Another rising star in the pop art illustration world is McQuade, whose work has appeared in Variety, MAD Magazine and other important news outlets. Here he gives us a detailed look at the stop-motion holomonsters that inhabit the tabletop game of Dejarik, as played by spoiled sport Chewbacca and R2-D2 aboard the Millennium Falcon.
Done in 2007 for Celebration IV, Brooks' officially-licensed lithograph perfectly captures the sepia-toned look of the original '77 cast if they had happened upon an old timey photo booth at a fair (complete with coffee stain).
This is perhaps the closest we'll ever get to a photo-realistic version of the first appearance of Boba Fett, as seen in 1978's infamous "Holiday Special." Nelvana's animated segment, known as "The Faithful Wookie," featured the entire original cast voicing the heroes as they encounter the bounty hunter on a gooey galactic raindrop known as Panna. This awesome recreation was made exclusively for this April's Star Wars Celebration in Anaheim.
This gorgeous Japanese B1 poster for the fifth chapter in the saga is not as well known as the Gone With the Wind-inspired US theatrical, but deserves to be. Original 8×10-inch high-resolution transparencies of Ohrai’s artwork were discovered in 2010 within the Lucasfilm archives, and a rich re-mastered edition was issued in a limited run of 500.
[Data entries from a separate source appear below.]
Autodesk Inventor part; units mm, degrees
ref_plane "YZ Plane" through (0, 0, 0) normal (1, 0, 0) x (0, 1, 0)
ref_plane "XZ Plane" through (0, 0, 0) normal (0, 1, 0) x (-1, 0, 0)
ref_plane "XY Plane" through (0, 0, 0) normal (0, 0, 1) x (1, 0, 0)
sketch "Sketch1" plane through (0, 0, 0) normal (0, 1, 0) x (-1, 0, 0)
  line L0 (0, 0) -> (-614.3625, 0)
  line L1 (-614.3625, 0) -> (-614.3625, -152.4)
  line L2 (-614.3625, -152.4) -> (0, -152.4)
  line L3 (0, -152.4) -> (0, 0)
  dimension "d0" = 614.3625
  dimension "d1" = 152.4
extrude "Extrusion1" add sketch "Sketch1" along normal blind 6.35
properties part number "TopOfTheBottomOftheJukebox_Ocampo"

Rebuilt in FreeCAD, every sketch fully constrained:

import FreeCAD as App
import Part
import Sketcher
Q = App.Units.Quantity

doc = App.newDocument("Part")
body = doc.addObject("PartDesign::Body", "Body")

sketch1 = body.newObject("Sketcher::SketchObject", "Sketch")
sketch1.AttachmentSupport = (doc.getObject("XZ_Plane"), [""])
sketch1.MapMode = "FlatFace"
sketch1.addGeometry([
    Part.LineSegment(App.Vector(0, -152, 0), App.Vector(0, 0, 0)),
    Part.LineSegment(App.Vector(0, 0, 0), App.Vector(614, 0, 0)),
    Part.LineSegment(App.Vector(614, 0, 0), App.Vector(614, -152, 0)),
    Part.LineSegment(App.Vector(614, -152, 0), App.Vector(0, -152, 0)),
], False)
sketch1.addConstraint([
    Sketcher.Constraint("Coincident", 0, 2, 1, 1),
    Sketcher.Constraint("Coincident", 1, 2, 2, 1),
    Sketcher.Constraint("Coincident", 2, 2, 3, 1),
    Sketcher.Constraint("Coincident", 3, 2, 0, 1),
    Sketcher.Constraint("Vertical", 0),
    Sketcher.Constraint("Horizontal", 1),
    Sketcher.Constraint("Vertical", 2),
    Sketcher.Constraint("Horizontal", 3),
    Sketcher.Constraint("Coincident", 0, 2, -1, 1),
    Sketcher.Constraint("DistanceY", 0, 1, 0, 2, Q("6 in")),
    Sketcher.Constraint("DistanceX", 1, 1, 1, 2, Q("24.1875 in")),
])
pad1 = body.newObject("PartDesign::Pad", "Pad")
pad1.Profile = sketch1
pad1.Length = Q("0.25 in")
pad1.Reversed = True

doc.recompute()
Iconic fantasy artist Boris has earned his place alongside Frank Frazetta, Julie Bell and the Hildebrandt Brothers as one of the premiere fantasy painters of our time. In 1980 he was commissioned by Coca-Cola/Burger King to create four posters in his own bold style, the best of which shows Luke and Han having some Taunton adventures on Hoth, probably right before the start of the film.
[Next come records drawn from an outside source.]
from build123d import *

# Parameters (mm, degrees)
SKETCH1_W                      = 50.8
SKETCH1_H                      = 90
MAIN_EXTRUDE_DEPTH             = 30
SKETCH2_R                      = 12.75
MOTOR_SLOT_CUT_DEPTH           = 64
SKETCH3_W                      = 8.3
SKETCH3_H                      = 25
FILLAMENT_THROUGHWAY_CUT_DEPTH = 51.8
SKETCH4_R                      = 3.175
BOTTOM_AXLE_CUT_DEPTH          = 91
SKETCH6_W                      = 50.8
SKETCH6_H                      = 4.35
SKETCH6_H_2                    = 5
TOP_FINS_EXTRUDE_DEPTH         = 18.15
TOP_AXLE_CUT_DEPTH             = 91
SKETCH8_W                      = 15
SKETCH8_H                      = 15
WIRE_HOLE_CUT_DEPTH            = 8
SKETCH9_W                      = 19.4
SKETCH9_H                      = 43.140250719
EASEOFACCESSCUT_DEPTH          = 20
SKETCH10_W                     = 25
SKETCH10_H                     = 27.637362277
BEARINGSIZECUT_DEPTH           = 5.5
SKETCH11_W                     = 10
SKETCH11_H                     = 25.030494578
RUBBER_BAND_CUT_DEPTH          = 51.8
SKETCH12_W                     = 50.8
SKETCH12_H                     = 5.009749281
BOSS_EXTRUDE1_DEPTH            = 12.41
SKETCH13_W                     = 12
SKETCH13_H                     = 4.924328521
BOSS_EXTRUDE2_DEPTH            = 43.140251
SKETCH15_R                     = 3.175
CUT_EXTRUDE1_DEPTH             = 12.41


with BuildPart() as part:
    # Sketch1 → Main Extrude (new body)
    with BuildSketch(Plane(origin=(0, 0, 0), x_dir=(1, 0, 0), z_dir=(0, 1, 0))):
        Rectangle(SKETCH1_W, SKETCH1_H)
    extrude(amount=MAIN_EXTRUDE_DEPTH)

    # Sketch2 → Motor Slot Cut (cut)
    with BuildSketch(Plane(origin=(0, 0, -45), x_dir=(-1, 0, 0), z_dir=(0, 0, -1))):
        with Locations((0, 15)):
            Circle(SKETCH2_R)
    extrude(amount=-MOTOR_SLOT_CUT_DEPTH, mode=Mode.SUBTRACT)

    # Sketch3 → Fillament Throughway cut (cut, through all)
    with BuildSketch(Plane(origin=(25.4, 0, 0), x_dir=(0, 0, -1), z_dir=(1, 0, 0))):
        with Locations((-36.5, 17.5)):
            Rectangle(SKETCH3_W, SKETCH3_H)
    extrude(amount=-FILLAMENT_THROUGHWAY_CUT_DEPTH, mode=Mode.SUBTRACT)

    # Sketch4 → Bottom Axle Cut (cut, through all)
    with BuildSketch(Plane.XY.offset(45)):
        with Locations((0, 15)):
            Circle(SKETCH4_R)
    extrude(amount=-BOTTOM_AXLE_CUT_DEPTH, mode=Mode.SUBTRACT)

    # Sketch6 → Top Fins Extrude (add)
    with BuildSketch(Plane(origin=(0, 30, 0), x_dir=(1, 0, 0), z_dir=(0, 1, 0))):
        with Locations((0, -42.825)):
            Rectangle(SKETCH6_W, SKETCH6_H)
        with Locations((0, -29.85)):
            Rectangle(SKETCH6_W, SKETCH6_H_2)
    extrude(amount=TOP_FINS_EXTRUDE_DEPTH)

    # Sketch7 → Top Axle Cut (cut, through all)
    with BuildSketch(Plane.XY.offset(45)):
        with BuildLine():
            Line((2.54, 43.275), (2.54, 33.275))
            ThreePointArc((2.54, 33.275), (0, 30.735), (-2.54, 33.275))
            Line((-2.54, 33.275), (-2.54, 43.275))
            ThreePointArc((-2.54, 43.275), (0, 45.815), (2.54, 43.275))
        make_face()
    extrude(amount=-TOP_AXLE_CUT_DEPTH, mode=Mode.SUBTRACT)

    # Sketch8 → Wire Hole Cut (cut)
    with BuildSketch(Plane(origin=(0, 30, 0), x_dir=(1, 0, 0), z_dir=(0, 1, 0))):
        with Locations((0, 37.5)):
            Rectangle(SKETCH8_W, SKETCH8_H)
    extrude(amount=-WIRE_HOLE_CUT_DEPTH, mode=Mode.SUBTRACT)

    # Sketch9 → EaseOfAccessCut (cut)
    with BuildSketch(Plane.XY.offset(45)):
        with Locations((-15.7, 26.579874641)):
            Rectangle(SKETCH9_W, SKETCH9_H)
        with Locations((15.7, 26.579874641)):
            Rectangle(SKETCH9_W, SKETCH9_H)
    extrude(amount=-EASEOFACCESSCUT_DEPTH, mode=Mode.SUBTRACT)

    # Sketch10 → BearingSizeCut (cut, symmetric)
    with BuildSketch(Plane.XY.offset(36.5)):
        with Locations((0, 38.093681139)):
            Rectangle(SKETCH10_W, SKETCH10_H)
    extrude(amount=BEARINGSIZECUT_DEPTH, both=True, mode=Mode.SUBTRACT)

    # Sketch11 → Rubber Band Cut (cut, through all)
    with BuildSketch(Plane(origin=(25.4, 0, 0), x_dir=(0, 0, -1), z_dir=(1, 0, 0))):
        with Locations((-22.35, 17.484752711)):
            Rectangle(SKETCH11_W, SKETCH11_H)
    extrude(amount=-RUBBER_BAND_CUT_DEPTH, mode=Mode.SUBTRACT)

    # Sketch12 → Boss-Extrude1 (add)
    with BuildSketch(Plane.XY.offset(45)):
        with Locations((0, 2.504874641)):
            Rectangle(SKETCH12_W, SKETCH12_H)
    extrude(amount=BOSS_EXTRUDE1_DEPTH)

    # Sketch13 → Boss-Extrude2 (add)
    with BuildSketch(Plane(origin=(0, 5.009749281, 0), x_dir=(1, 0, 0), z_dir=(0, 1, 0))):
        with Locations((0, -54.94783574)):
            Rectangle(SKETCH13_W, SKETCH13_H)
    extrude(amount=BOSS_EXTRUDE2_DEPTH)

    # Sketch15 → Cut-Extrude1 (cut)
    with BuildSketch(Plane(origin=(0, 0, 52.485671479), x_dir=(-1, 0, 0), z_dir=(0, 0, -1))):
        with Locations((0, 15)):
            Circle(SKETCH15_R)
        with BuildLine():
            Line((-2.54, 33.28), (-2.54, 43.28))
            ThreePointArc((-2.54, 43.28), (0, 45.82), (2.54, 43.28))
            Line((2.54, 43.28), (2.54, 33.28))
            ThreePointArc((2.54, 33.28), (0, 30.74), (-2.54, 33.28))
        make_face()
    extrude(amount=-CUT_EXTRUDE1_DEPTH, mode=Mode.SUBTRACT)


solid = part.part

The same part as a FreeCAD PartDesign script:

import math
import FreeCAD as App
import Part
import Sketcher

V = App.Vector


def add_polygon(sketch, points):
    """Adds a closed chain of lines whose ends are joined by coincident constraints."""
    first, n = sketch.GeometryCount, len(points)
    for a, b in zip(points, points[1:] + points[:1]):
        sketch.addGeometry(Part.LineSegment(App.Vector(*a, 0), App.Vector(*b, 0)), False)
    for i in range(n):
        sketch.addConstraint(Sketcher.Constraint("Coincident", first + i, 2, first + (i + 1) % n, 1))

doc = App.newDocument("Part")
body = doc.addObject("PartDesign::Body", "Body")

sketch1 = body.newObject("Sketcher::SketchObject", "Sketch")
sketch1.AttachmentSupport = (doc.getObject("XZ_Plane"), [""])
sketch1.MapMode = "FlatFace"
add_polygon(sketch1, [(-25.4, -45), (-25.4, 45), (25.4, 45), (25.4, -45)])
sketch1.addConstraint(Sketcher.Constraint("Vertical", 0))
sketch1.addConstraint(Sketcher.Constraint("Horizontal", 1))
sketch1.addConstraint(Sketcher.Constraint("Vertical", 2))
sketch1.addConstraint(Sketcher.Constraint("Horizontal", 3))
sketch1.addConstraint(Sketcher.Constraint("Symmetric", 0, 2, 2, 2, -1, 1))
sketch1.addConstraint(Sketcher.Constraint("DistanceY", 0, 1, 0, 2, 90.0))
sketch1.addConstraint(Sketcher.Constraint("DistanceX", 1, 1, 1, 2, 50.8))
pad1 = body.newObject("PartDesign::Pad", "Pad")
pad1.Profile = sketch1
pad1.Length = 30
pad1.Reversed = True

sketch2 = body.newObject("Sketcher::SketchObject", "Sketch001")
sketch2.AttachmentSupport = (doc.getObject("XY_Plane"), [""])
sketch2.MapMode = "FlatFace"
sketch2.AttachmentOffset = App.Placement(V(0, 0, -45), App.Rotation())
sketch2.addGeometry(Part.Circle(V(0, 15, 0), V(0, 0, 1), 12.75), False)
sketch2.addConstraint(Sketcher.Constraint("PointOnObject", 0, 3, -2))
sketch2.addConstraint(Sketcher.Constraint("Diameter", 0, 25.5))
sketch2.addConstraint(Sketcher.Constraint("DistanceY", -1, 1, 0, 3, 15.0))
pocket1 = body.newObject("PartDesign::Pocket", "Pocket")
pocket1.Profile = sketch2
pocket1.Length = 64
pocket1.Reversed = True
This image was chosen for the cover of "Star Wars Art: A Poster Collection," and it's an inspiring image executed by the design visionary behind the look for Episode IV and V, Ralph McQuarrie, AKA Star Wars artist numero uno. The piece itself was done for the Empire Strikes Back radio play on NPR, and showcases some of the Dagobah beasties that were a little too fantastical to afford for the film itself.
Staggs has amassed a most impressive portfolio of official Lucasfilm illustrated work for comics, trading cards and, yes, prints. This one for Celebration V is part of the new wave of retro WWII style propaganda posters that a lot of artists have been creating, but for our money this one is definitely the best.
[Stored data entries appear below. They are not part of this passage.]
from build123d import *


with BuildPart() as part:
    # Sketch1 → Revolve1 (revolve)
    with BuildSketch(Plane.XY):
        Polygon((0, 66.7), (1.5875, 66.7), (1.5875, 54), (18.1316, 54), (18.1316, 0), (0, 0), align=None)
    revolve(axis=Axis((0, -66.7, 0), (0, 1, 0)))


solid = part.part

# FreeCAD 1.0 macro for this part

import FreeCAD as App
import Part
import Sketcher

V = App.Vector
Q = App.Units.Quantity


def add_polygon(sketch, points):
    """Adds a closed chain of lines whose ends are joined by coincident constraints."""
    first, n = sketch.GeometryCount, len(points)
    for a, b in zip(points, points[1:] + points[:1]):
        sketch.addGeometry(Part.LineSegment(App.Vector(*a, 0), App.Vector(*b, 0)), False)
    for i in range(n):
        sketch.addConstraint(Sketcher.Constraint("Coincident", first + i, 2, first + (i + 1) % n, 1))

doc = App.newDocument("Part")
params = doc.addObject("Spreadsheet::Sheet", "Params")
for row, (alias, value) in enumerate([
    ("sketch1_height", "54 mm"),
    ("sketch1_height2", "66.7 mm"),
    ("revolution_angle", "360 deg"),
], start=1):
    params.set(f"A{row}", alias)
    params.set(f"B{row}", "=" + value)
    params.setAlias(f"B{row}", alias)

body = doc.addObject("PartDesign::Body", "Body")

sketch1 = body.newObject("Sketcher::SketchObject", "Sketch")
sketch1.AttachmentSupport = (doc.getObject("XY_Plane"), [""])
sketch1.MapMode = "FlatFace"
add_polygon(sketch1, [(1.6, 66.7), (0, 66.7), (0, 0), (18.1, 0), (18.1, 54), (1.6, 54)])
sketch1.addConstraint([
    Sketcher.Constraint("Horizontal", 0),
    Sketcher.Constraint("Vertical", 1),
    Sketcher.Constraint("Horizontal", 2),
    Sketcher.Constraint("Vertical", 3),
    Sketcher.Constraint("Horizontal", 4),
    Sketcher.Constraint("Vertical", 5),
    Sketcher.Constraint("Coincident", 1, 2, -1, 1),
    Sketcher.Constraint("DistanceY", 3, 1, 3, 2, Q("54 mm")),
    Sketcher.Constraint("DistanceY", 1, 2, 1, 1, Q("66.7 mm")),
    Sketcher.Constraint("DistanceX", 0, 2, 0, 1, Q("1.5875 mm")),
    Sketcher.Constraint("DistanceX", 2, 1, 2, 2, Q("18.1316 mm")),
])
sketch1.setExpression("Constraints[13]", "Params.sketch1_height")
sketch1.setExpression("Constraints[14]", "Params.sketch1_height2")
revolution = body.newObject("PartDesign::Revolution", "Revolution")
revolution.Profile = sketch1
revolution.ReferenceAxis = (sketch1, ["V_Axis"])
revolution.setExpression("Angle", "Params.revolution_angle")

doc.recompute()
A truly unforgettable image, used for the A sheet in the US, but we prefer the British quad version since all that bothersome text is pushed to the side so we can see Reamer's rendering with perfect clarity.
Of all the bonkers foreign posters for the OT that are out there, this one is super cool because the artist had definitely seen the movie (or at least a few publicity photos), yet still felt compelled to add in that weird green dragon creature holding a (the first?) double-sided lightsaber. If J.J. Abrams, Gareth Edwards or Rian Johnson are reading this, please find a way to include this monster in some capacity for future movies.
Here we go, simple, elegant, and oddly serene. This is a poster made by a fan for fans, the kind of thing that couldn't really exist as a selling tool for a new movie but perfect for a classic. We know precisely the connection between that shield generator and Death Star 2, and its critical function in the battle between the Empire and Rebellion.
Finally, we end on a fan piece that is not in any way simple, but manages to deliver all the key elements of Episode VI's story in a fresh, sophisticated way. Miraculously, Aseo's design avoids being too busy/maximalist for its own good despite so many disparate elements. This is how a master artist using modern tools could create truly eye-catching one-sheets for modern audiences if Hollywood would only take a cue and bring artistry back to the poster world.